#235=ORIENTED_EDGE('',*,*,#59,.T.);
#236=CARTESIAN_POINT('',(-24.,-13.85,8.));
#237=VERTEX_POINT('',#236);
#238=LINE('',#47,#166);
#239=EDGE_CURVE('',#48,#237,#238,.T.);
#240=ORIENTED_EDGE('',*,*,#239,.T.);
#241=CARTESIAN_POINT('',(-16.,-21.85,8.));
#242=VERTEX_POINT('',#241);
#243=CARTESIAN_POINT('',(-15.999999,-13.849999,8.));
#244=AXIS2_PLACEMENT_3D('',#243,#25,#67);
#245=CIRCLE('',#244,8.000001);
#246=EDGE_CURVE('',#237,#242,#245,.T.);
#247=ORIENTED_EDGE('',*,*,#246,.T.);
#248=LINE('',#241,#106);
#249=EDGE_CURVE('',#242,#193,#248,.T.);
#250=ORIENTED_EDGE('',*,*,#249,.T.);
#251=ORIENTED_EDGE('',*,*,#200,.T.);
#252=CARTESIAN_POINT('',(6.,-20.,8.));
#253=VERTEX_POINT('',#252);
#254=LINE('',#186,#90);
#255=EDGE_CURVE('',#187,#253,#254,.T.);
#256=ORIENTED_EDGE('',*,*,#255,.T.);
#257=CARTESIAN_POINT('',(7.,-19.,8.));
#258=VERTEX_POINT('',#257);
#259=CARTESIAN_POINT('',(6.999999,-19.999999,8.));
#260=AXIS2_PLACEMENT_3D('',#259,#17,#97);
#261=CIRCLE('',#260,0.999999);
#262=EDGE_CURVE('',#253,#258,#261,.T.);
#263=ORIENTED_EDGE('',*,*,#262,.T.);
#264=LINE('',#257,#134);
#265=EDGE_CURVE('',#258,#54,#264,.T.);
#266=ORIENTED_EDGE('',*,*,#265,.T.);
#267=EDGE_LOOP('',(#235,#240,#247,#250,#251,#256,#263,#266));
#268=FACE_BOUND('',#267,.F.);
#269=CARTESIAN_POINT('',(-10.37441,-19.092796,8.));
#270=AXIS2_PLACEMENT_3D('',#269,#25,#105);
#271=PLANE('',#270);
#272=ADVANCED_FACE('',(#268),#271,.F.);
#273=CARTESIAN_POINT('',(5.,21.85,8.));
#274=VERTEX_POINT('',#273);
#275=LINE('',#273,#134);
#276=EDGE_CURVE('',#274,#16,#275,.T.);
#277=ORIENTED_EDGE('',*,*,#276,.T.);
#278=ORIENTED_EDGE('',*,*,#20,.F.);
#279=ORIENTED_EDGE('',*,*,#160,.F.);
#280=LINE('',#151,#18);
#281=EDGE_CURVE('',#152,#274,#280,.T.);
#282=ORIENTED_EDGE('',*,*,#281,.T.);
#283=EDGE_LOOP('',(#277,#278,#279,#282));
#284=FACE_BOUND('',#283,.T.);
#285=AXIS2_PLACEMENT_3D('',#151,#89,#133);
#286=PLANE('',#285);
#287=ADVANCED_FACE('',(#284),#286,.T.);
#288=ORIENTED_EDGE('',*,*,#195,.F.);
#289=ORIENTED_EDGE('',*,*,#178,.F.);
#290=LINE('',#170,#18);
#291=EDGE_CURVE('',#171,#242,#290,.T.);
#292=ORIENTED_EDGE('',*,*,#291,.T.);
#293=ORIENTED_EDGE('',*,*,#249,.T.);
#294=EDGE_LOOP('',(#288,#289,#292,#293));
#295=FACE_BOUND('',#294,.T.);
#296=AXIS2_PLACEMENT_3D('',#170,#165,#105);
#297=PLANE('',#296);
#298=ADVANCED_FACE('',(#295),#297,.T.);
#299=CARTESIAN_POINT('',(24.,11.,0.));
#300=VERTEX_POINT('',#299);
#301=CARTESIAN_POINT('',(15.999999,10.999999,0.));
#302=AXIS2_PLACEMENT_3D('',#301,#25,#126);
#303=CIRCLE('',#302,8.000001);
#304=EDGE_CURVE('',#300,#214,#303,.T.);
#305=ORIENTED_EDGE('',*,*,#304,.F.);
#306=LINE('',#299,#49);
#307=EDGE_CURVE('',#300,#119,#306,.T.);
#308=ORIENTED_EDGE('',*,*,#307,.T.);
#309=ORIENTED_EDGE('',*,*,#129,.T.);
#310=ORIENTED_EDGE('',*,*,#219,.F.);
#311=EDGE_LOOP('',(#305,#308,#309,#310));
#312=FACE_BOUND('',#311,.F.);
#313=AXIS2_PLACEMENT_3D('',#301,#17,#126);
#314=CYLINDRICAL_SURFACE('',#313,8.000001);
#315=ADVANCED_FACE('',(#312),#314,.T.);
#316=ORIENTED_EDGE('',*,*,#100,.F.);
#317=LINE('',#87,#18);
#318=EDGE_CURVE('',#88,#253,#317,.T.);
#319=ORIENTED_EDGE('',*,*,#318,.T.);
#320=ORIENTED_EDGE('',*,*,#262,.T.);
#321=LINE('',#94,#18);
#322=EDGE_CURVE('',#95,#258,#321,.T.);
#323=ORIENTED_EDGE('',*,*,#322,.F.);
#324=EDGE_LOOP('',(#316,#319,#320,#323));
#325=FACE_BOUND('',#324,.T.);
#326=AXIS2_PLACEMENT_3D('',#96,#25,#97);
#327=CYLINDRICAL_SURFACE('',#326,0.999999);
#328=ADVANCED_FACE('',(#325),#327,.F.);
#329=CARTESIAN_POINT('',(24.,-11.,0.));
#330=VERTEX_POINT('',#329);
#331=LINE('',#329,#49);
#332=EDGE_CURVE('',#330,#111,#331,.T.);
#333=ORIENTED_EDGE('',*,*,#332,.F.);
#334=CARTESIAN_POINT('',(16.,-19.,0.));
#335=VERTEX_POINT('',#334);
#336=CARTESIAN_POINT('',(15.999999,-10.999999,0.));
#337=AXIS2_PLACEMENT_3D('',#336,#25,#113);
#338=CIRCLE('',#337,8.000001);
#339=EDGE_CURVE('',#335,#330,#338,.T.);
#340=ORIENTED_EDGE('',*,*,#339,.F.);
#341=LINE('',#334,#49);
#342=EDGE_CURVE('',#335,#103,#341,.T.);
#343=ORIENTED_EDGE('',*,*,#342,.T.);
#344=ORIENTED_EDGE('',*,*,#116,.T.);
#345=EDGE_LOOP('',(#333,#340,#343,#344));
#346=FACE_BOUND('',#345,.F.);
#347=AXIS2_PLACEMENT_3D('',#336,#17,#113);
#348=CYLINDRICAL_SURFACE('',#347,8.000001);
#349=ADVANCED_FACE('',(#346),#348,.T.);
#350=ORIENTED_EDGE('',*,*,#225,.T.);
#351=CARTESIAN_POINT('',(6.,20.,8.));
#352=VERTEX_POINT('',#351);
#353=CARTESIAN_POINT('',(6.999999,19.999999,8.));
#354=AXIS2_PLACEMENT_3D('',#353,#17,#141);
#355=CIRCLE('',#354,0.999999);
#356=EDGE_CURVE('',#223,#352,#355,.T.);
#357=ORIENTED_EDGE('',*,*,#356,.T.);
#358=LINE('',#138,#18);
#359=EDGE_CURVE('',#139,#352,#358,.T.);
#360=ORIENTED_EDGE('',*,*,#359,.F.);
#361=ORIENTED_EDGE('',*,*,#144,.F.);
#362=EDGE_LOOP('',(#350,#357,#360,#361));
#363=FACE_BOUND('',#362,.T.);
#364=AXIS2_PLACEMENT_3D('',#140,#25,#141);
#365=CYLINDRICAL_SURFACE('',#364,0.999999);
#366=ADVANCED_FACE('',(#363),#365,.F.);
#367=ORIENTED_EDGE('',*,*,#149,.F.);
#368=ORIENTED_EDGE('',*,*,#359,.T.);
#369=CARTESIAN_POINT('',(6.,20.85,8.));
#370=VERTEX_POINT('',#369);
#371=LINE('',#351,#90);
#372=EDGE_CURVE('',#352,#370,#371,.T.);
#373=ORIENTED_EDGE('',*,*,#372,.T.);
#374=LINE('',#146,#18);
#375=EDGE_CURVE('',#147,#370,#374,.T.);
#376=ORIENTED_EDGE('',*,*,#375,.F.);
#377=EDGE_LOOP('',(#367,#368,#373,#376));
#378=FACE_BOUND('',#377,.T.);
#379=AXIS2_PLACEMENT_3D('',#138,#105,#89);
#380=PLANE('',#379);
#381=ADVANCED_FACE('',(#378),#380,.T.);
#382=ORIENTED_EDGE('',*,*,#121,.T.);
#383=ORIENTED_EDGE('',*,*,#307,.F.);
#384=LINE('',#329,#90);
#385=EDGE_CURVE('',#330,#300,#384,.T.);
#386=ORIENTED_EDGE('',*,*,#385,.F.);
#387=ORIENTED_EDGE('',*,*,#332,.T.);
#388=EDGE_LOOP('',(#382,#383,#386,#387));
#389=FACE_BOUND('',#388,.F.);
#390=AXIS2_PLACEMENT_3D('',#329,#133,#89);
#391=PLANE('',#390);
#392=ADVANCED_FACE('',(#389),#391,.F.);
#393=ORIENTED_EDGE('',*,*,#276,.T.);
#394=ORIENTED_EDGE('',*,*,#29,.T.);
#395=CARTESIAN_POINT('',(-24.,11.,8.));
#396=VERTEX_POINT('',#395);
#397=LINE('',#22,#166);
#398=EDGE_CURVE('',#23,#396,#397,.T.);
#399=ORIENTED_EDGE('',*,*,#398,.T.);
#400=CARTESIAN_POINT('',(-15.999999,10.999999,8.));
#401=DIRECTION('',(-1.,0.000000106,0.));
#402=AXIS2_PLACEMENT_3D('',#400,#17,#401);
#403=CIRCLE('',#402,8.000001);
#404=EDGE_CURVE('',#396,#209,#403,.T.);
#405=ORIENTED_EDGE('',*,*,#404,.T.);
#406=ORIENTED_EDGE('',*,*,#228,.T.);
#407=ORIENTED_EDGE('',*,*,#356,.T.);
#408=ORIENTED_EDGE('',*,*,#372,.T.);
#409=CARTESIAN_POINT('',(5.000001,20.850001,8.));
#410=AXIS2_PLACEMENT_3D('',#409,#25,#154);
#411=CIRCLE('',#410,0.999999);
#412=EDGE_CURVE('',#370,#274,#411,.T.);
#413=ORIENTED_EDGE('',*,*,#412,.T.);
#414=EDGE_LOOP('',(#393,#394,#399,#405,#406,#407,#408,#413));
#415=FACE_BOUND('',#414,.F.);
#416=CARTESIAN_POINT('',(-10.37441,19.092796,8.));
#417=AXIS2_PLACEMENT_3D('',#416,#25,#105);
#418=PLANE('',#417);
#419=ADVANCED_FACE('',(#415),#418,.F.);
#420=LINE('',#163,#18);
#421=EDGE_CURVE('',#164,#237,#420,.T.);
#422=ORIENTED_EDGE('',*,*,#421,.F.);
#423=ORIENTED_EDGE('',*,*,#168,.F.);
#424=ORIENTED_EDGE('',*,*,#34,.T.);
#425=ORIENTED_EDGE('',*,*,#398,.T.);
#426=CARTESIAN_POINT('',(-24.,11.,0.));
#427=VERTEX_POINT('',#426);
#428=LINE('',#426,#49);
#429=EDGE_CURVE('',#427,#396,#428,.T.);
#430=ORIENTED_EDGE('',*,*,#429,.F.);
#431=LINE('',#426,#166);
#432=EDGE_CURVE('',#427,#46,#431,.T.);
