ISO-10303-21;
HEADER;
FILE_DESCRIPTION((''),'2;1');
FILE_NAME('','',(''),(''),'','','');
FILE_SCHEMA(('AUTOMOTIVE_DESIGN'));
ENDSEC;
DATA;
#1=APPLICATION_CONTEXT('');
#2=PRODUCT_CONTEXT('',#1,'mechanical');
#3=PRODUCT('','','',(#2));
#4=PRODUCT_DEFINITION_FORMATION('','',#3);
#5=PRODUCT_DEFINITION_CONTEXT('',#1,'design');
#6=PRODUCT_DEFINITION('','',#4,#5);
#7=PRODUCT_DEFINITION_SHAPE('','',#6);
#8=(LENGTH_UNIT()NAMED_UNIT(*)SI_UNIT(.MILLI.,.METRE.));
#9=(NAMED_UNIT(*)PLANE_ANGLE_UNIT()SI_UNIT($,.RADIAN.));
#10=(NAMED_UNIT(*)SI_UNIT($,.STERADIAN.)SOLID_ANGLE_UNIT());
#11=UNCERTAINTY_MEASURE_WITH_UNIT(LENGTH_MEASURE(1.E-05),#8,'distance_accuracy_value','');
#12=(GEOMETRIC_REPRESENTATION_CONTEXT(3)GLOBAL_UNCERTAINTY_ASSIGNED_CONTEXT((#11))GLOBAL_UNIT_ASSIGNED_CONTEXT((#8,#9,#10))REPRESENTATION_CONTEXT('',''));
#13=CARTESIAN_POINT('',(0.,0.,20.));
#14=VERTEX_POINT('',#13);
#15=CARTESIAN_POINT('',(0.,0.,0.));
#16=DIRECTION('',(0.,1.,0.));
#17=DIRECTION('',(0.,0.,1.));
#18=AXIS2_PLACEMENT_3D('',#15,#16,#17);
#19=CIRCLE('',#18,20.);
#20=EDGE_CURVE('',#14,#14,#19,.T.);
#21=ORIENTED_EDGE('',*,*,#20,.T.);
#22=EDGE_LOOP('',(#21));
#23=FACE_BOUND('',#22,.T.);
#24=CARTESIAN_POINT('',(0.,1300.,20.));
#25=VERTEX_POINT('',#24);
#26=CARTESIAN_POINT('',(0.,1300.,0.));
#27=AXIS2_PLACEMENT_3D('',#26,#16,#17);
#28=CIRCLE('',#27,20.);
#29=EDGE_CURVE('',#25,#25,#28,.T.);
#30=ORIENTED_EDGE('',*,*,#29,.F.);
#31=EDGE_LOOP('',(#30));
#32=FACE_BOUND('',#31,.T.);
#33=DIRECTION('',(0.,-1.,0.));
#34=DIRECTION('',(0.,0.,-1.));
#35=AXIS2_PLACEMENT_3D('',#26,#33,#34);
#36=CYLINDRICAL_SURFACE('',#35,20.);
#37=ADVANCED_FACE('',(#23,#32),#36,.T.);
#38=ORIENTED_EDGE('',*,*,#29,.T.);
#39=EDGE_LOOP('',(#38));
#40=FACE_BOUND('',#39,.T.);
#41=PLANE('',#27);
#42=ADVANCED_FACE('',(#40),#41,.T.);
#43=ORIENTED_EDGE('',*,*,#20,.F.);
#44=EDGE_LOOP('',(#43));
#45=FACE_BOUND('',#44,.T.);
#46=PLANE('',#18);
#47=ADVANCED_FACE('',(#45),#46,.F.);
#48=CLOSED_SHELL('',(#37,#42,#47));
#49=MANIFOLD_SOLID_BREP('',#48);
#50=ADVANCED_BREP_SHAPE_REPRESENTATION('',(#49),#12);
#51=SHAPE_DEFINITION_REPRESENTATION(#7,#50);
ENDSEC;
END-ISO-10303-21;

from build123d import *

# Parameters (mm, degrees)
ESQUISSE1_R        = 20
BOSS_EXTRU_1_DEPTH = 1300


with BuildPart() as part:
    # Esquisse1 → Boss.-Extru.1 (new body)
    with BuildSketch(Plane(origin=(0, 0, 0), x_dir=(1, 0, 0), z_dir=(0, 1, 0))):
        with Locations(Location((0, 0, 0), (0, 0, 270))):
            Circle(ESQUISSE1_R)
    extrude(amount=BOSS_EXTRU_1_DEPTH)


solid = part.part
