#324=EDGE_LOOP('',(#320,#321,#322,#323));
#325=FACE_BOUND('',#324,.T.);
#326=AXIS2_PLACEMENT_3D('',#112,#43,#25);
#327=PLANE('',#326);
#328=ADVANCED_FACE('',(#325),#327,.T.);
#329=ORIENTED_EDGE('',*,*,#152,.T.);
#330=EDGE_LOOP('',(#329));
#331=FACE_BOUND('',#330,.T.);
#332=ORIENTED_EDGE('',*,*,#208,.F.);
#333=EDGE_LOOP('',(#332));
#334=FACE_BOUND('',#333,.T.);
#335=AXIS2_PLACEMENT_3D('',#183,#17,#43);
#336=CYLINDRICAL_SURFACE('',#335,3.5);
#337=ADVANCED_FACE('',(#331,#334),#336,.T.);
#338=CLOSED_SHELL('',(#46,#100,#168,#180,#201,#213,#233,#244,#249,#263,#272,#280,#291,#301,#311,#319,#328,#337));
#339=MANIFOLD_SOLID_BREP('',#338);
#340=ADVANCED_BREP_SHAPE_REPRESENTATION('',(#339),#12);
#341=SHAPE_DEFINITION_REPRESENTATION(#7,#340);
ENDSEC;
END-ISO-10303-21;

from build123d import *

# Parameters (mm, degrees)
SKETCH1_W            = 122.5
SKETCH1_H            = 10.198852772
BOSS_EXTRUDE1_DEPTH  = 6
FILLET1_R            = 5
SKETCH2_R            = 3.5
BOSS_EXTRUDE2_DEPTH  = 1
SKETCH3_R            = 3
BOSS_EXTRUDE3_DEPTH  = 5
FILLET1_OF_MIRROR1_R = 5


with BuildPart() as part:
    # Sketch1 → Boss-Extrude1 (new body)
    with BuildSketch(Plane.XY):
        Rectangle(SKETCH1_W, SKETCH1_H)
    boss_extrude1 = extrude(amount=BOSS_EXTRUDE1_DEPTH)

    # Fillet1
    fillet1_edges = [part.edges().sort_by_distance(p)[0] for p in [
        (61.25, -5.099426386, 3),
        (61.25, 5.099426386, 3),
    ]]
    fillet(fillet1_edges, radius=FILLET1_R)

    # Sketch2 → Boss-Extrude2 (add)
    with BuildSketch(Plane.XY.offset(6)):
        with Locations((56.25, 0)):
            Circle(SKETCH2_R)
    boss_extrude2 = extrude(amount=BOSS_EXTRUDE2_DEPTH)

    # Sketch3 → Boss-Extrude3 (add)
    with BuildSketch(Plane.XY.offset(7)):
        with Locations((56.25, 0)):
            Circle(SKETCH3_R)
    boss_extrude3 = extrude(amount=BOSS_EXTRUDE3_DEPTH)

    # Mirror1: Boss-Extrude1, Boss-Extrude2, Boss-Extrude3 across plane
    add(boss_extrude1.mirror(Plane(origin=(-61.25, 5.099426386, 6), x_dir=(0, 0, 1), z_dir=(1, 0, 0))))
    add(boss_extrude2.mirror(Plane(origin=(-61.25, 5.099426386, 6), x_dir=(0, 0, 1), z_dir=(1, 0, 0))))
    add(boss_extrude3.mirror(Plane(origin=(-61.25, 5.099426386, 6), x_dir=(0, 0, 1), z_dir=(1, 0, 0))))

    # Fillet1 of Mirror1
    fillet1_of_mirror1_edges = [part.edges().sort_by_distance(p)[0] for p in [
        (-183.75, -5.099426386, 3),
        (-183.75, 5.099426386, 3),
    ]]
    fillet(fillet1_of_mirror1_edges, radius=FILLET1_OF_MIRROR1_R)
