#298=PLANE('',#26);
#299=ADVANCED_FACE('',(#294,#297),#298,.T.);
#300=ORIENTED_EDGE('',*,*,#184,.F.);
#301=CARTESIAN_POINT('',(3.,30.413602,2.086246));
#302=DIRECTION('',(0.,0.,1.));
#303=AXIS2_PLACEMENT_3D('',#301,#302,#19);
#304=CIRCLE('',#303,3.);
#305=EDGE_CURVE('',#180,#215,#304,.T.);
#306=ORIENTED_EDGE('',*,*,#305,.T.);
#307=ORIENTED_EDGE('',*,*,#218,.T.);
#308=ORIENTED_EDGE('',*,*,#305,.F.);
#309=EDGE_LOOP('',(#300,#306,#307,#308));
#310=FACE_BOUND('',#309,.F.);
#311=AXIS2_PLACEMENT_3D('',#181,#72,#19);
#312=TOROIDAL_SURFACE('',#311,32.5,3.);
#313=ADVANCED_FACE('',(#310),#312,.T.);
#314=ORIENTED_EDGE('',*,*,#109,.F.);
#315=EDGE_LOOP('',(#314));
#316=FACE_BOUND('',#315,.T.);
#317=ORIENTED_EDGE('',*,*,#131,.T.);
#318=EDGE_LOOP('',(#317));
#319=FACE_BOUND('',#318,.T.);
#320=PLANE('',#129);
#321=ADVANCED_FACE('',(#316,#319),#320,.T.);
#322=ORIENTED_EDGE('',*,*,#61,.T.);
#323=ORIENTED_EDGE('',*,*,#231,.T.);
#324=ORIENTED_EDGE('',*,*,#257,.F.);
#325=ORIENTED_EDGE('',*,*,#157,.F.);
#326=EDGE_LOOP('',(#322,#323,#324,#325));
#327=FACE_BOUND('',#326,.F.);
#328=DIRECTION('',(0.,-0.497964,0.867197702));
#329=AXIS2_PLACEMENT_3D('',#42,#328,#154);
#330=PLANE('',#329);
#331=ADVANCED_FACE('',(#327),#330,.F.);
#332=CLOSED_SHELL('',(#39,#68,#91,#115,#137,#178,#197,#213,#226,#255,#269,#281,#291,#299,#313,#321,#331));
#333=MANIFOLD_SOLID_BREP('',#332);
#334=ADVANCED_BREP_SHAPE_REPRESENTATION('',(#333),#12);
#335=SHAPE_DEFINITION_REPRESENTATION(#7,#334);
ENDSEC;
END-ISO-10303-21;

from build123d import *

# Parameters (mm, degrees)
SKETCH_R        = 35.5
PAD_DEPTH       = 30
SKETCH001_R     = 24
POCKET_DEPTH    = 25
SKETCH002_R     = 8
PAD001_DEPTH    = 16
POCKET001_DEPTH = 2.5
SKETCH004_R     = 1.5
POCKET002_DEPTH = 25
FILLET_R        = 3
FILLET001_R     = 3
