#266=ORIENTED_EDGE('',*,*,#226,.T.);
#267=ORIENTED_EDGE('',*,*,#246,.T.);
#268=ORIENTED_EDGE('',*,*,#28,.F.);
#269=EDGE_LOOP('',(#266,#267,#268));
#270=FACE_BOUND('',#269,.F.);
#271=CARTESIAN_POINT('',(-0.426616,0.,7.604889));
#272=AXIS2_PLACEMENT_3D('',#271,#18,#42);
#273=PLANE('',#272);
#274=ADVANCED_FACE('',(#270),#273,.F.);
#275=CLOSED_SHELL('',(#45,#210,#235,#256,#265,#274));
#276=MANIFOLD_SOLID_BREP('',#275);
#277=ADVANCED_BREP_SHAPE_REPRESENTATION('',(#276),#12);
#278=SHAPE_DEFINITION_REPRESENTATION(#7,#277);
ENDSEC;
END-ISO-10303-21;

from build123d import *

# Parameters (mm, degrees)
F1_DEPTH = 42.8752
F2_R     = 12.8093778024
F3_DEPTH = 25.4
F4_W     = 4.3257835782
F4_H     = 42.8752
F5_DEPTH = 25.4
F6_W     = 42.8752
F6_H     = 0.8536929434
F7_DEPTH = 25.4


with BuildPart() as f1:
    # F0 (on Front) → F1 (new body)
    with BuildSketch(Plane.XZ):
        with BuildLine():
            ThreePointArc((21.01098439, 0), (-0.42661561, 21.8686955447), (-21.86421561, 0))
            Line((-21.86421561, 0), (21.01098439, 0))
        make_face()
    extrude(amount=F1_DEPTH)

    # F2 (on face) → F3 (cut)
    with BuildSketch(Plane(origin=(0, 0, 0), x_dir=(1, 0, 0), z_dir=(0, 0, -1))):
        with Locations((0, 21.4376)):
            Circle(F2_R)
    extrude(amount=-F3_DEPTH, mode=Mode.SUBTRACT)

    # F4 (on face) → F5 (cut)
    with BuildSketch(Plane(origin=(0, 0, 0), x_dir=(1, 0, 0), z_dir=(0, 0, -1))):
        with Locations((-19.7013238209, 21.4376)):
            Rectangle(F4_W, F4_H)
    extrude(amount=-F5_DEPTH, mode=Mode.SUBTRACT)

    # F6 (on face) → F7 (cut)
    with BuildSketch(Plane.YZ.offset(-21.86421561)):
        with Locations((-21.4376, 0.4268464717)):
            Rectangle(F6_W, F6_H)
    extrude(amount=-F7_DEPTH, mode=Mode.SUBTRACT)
▬▬▬
[What needs to be done] What you should output is every line of the records above, from the first through the line containing "#280=LINE('',#151,#18);", unchanged.

[Task response]
#235=ORIENTED_EDGE('',*,*,#59,.T.);
#236=CARTESIAN_POINT('',(-24.,-13.85,8.));
#237=VERTEX_POINT('',#236);
#238=LINE('',#47,#166);
#239=EDGE_CURVE('',#48,#237,#238,.T.);
#240=ORIENTED_EDGE('',*,*,#239,.T.);
#241=CARTESIAN_POINT('',(-16.,-21.85,8.));
#242=VERTEX_POINT('',#241);
#243=CARTESIAN_POINT('',(-15.999999,-13.849999,8.));
#244=AXIS2_PLACEMENT_3D('',#243,#25,#67);
#245=CIRCLE('',#244,8.000001);
#246=EDGE_CURVE('',#237,#242,#245,.T.);
#247=ORIENTED_EDGE('',*,*,#246,.T.);
#248=LINE('',#241,#106);
#249=EDGE_CURVE('',#242,#193,#248,.T.);
#250=ORIENTED_EDGE('',*,*,#249,.T.);
#251=ORIENTED_EDGE('',*,*,#200,.T.);
#252=CARTESIAN_POINT('',(6.,-20.,8.));
#253=VERTEX_POINT('',#252);
#254=LINE('',#186,#90);
#255=EDGE_CURVE('',#187,#253,#254,.T.);
#256=ORIENTED_EDGE('',*,*,#255,.T.);
#257=CARTESIAN_POINT('',(7.,-19.,8.));
#258=VERTEX_POINT('',#257);
#259=CARTESIAN_POINT('',(6.999999,-19.999999,8.));
#260=AXIS2_PLACEMENT_3D('',#259,#17,#97);
#261=CIRCLE('',#260,0.999999);
#262=EDGE_CURVE('',#253,#258,#261,.T.);
#263=ORIENTED_EDGE('',*,*,#262,.T.);
#264=LINE('',#257,#134);
#265=EDGE_CURVE('',#258,#54,#264,.T.);
#266=ORIENTED_EDGE('',*,*,#265,.T.);
#267=EDGE_LOOP('',(#235,#240,#247,#250,#251,#256,#263,#266));
#268=FACE_BOUND('',#267,.F.);
#269=CARTESIAN_POINT('',(-10.37441,-19.092796,8.));
#270=AXIS2_PLACEMENT_3D('',#269,#25,#105);
#271=PLANE('',#270);
#272=ADVANCED_FACE('',(#268),#271,.F.);
#273=CARTESIAN_POINT('',(5.,21.85,8.));
#274=VERTEX_POINT('',#273);
#275=LINE('',#273,#134);
#276=EDGE_CURVE('',#274,#16,#275,.T.);
#277=ORIENTED_EDGE('',*,*,#276,.T.);
#278=ORIENTED_EDGE('',*,*,#20,.F.);
#279=ORIENTED_EDGE('',*,*,#160,.F.);
#280=LINE('',#151,#18);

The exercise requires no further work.